While larger berry sizes can sometimes cause concern, Sauer didn’t expect it to affect quality.

“I think, for your specialty players that got their crops down, it’s going to be a non-factor,” he said. “For people who like five or six-ton (per acre) crops, they got it. They might have gotten even more.”

July and August temperatures were warm, with occasional heat spikes. As in recent years, there was smoke in the air at times from distant wildfires, particularly in August.

“It was this high haze,” said Boushey. “I don’t think there was any impact at all from what I was seeing. It was much less of an issue than it was last year.”

Harvest for sparkling wine grapes began on August 17th, with growers starting to bring in grapes for still white wines on the 28th. “We actually brought some fruit in the last week of August,” said Mix, reflecting on the warmth of the growing season. “That hasn’t happened very often in my career.”

By early September, 2018 had all the makings of another hot year in Washington.

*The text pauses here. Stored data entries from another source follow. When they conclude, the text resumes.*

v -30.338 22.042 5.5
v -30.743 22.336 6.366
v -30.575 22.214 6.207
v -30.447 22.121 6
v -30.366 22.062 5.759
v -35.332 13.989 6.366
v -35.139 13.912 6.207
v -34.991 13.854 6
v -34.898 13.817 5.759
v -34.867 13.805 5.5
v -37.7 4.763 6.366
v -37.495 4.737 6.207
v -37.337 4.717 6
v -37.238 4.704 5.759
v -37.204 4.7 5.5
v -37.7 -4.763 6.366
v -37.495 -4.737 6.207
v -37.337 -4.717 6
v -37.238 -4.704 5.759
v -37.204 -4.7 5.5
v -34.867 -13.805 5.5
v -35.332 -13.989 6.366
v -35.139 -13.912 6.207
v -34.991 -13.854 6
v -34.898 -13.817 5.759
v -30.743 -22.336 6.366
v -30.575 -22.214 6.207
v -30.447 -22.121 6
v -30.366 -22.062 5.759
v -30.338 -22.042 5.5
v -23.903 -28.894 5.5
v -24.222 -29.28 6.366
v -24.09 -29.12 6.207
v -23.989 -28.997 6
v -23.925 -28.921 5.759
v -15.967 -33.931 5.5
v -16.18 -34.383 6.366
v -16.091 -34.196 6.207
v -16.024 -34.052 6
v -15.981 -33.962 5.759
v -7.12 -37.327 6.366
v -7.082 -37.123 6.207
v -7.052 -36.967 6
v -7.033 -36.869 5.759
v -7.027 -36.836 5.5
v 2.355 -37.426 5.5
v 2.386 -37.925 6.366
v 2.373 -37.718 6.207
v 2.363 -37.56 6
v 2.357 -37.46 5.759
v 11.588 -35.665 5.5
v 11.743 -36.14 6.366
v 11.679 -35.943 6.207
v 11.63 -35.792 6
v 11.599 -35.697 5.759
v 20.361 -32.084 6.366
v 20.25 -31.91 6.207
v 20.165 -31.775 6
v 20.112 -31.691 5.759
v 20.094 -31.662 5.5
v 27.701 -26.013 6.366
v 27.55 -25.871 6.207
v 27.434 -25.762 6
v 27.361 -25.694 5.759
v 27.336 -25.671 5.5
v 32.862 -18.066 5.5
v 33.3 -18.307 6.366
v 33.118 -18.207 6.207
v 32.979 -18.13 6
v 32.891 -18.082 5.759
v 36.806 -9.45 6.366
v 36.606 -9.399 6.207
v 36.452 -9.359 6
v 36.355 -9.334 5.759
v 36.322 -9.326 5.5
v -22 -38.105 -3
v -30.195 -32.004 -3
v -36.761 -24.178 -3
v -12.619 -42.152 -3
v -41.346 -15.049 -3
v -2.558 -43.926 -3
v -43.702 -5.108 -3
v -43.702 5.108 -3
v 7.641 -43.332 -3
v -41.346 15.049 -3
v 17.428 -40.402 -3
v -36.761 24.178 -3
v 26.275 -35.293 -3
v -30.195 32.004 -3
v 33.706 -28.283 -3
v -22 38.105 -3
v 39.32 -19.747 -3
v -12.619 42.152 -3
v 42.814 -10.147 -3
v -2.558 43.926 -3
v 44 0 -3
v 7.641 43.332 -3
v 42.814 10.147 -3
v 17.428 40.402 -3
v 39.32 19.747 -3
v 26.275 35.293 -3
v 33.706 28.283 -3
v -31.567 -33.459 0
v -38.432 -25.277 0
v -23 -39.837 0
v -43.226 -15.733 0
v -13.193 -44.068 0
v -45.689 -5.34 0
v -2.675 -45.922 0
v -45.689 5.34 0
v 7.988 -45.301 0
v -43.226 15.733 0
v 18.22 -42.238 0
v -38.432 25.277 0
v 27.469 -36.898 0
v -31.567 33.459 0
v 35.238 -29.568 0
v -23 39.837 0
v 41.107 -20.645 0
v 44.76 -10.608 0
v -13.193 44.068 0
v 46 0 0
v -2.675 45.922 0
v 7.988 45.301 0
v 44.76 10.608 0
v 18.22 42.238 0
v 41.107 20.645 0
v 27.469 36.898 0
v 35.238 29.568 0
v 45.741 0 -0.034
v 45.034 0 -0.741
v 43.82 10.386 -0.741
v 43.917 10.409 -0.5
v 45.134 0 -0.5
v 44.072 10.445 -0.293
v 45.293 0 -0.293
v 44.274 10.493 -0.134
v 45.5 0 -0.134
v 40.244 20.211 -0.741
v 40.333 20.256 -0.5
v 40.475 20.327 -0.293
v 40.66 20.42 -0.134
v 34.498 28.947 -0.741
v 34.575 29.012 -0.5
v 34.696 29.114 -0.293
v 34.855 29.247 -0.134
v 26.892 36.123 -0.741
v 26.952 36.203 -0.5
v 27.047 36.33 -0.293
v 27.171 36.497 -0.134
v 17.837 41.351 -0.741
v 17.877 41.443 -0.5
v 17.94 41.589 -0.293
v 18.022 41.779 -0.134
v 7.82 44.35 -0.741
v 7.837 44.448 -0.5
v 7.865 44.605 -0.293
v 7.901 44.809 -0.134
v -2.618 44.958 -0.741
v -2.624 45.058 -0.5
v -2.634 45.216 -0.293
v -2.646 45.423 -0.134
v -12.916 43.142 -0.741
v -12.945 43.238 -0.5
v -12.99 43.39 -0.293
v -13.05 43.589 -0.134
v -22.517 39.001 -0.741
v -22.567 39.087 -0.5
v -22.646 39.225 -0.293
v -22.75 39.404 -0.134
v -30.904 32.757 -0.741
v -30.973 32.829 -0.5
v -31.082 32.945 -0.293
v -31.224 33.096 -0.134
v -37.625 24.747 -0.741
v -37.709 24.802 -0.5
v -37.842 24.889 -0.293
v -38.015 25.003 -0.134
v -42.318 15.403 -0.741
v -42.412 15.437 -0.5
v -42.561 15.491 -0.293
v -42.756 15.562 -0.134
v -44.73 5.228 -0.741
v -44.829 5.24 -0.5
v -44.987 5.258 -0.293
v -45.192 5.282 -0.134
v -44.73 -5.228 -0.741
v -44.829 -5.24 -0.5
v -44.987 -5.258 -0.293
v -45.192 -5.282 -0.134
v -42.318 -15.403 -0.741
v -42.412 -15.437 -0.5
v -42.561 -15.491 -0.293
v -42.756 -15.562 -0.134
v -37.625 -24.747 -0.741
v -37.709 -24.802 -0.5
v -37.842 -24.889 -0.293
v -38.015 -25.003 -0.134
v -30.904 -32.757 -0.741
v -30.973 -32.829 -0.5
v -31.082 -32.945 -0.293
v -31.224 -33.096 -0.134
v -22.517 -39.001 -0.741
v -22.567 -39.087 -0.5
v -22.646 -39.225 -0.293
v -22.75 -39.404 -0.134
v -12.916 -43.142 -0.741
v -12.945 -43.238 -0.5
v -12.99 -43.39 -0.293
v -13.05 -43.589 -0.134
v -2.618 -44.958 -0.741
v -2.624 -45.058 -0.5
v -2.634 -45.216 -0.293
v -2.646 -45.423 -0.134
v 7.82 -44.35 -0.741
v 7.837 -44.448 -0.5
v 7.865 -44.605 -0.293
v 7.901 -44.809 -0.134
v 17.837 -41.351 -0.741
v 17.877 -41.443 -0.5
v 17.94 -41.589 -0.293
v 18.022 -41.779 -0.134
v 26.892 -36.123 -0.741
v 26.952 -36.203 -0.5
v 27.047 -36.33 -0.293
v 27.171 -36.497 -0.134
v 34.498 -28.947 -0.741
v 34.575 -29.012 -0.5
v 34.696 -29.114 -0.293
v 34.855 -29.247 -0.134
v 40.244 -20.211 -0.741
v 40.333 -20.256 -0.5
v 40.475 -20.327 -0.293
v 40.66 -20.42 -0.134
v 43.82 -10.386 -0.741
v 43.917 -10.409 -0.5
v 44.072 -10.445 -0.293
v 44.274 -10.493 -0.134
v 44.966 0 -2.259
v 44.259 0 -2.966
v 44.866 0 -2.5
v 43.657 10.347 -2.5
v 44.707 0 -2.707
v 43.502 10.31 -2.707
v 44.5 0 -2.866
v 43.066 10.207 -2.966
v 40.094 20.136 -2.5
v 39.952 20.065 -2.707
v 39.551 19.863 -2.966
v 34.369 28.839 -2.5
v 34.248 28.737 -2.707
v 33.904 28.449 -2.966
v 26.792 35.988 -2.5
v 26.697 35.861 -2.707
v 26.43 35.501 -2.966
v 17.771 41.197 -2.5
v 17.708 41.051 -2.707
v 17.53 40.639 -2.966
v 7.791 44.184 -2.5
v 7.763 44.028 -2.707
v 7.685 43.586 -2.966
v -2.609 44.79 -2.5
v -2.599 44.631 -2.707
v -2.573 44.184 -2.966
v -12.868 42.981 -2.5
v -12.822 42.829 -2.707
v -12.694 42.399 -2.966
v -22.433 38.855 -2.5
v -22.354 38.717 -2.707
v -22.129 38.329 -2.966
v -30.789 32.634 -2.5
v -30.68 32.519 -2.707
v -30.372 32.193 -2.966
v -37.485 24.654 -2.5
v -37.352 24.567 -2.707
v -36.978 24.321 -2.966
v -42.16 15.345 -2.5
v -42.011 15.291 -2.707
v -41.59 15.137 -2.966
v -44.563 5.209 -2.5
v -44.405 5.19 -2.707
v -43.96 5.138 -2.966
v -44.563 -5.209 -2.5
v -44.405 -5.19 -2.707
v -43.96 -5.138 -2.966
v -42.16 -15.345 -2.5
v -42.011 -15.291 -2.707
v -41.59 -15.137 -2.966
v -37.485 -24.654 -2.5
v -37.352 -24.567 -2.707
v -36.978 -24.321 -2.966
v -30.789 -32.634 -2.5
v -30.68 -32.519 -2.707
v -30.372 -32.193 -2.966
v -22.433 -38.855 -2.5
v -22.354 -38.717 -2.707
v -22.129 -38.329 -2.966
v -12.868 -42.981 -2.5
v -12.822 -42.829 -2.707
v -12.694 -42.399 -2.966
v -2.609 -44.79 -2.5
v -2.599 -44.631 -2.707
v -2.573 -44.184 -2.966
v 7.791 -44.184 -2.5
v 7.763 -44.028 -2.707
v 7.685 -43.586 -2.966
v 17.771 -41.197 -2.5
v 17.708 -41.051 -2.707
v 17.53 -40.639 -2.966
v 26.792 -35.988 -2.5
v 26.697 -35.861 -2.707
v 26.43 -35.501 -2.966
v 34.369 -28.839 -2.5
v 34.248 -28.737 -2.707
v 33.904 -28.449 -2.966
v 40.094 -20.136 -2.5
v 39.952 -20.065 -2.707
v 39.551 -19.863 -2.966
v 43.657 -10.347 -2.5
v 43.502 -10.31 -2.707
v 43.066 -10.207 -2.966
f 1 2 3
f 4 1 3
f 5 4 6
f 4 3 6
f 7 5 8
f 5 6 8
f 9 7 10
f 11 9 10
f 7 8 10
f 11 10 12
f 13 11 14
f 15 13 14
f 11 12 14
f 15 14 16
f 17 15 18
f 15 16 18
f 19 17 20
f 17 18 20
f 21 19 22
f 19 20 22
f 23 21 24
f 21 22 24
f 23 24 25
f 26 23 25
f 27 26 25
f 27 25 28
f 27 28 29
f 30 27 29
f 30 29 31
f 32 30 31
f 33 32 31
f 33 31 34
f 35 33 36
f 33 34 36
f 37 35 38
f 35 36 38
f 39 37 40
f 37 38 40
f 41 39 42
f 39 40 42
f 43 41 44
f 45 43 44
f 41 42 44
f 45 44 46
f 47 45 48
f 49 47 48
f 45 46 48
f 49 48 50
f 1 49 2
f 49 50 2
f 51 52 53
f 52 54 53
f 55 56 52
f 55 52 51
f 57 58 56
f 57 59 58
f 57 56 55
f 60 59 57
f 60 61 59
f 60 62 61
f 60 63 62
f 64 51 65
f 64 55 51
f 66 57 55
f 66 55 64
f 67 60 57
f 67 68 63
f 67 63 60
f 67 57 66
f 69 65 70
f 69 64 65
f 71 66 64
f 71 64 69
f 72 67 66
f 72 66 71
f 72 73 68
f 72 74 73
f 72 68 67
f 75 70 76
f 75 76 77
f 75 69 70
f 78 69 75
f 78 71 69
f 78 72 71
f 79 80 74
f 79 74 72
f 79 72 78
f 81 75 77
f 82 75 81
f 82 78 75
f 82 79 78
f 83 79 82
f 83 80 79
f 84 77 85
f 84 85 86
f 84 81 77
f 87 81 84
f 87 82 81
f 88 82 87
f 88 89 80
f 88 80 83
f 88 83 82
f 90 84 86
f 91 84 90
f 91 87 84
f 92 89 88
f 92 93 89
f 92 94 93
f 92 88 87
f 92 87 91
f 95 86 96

However, September temperatures cooled considerably, and the Columbia Valley saw ideal conditions throughout the rest of harvest.

“It was the best September that I’ve ever seen in terms of growing grapes,” said Hillary Sjolund at Wine Boss in Richland, which receives most of its fruit from Red Mountain. “Every single day was perfect grape growing weather.”

“I remember years ago saying that the magic of Washington is September and October,” said Sauer. “We absolutely had that this year.”

Below average days in September were followed by quite cool nights and large diurnal swings.

“That’s ideal. Absolutely ideal,” said Jason Gorski at Woodinville’s DeLille Cellars, which sources much of its fruit from Yakima Valley and its sub-appellations along with fruit from Sagemoor Vineyards in the Columbia Valley. “You couldn’t write it out on paper better.”

The cooler temperatures allowed for extended hang time in later ripening varieties for those who sought it. Sunny days continued sugar development while cooler nights preserved acids, an unusual mix.

“When you looked at the amount of sugar accumulation and then looked at acidity, you didn’t see that really high pH that came with those higher sugar numbers,” said Sjolund.

“We were higher on sugar and higher on acid,” agreed Marty Clubb of L’Ecole No. 41, which sources fruit from Walla Walla Valley and other areas of the Columbia Valley.

Some in warmer regions finished harvest in September, while most continued into October and even into November at some sites. Unlike 2016 which saw more rainfall than the norm during harvest, particularly in October, the 2018 growing season and harvest was remarkably dry, even by eastern Washington standards.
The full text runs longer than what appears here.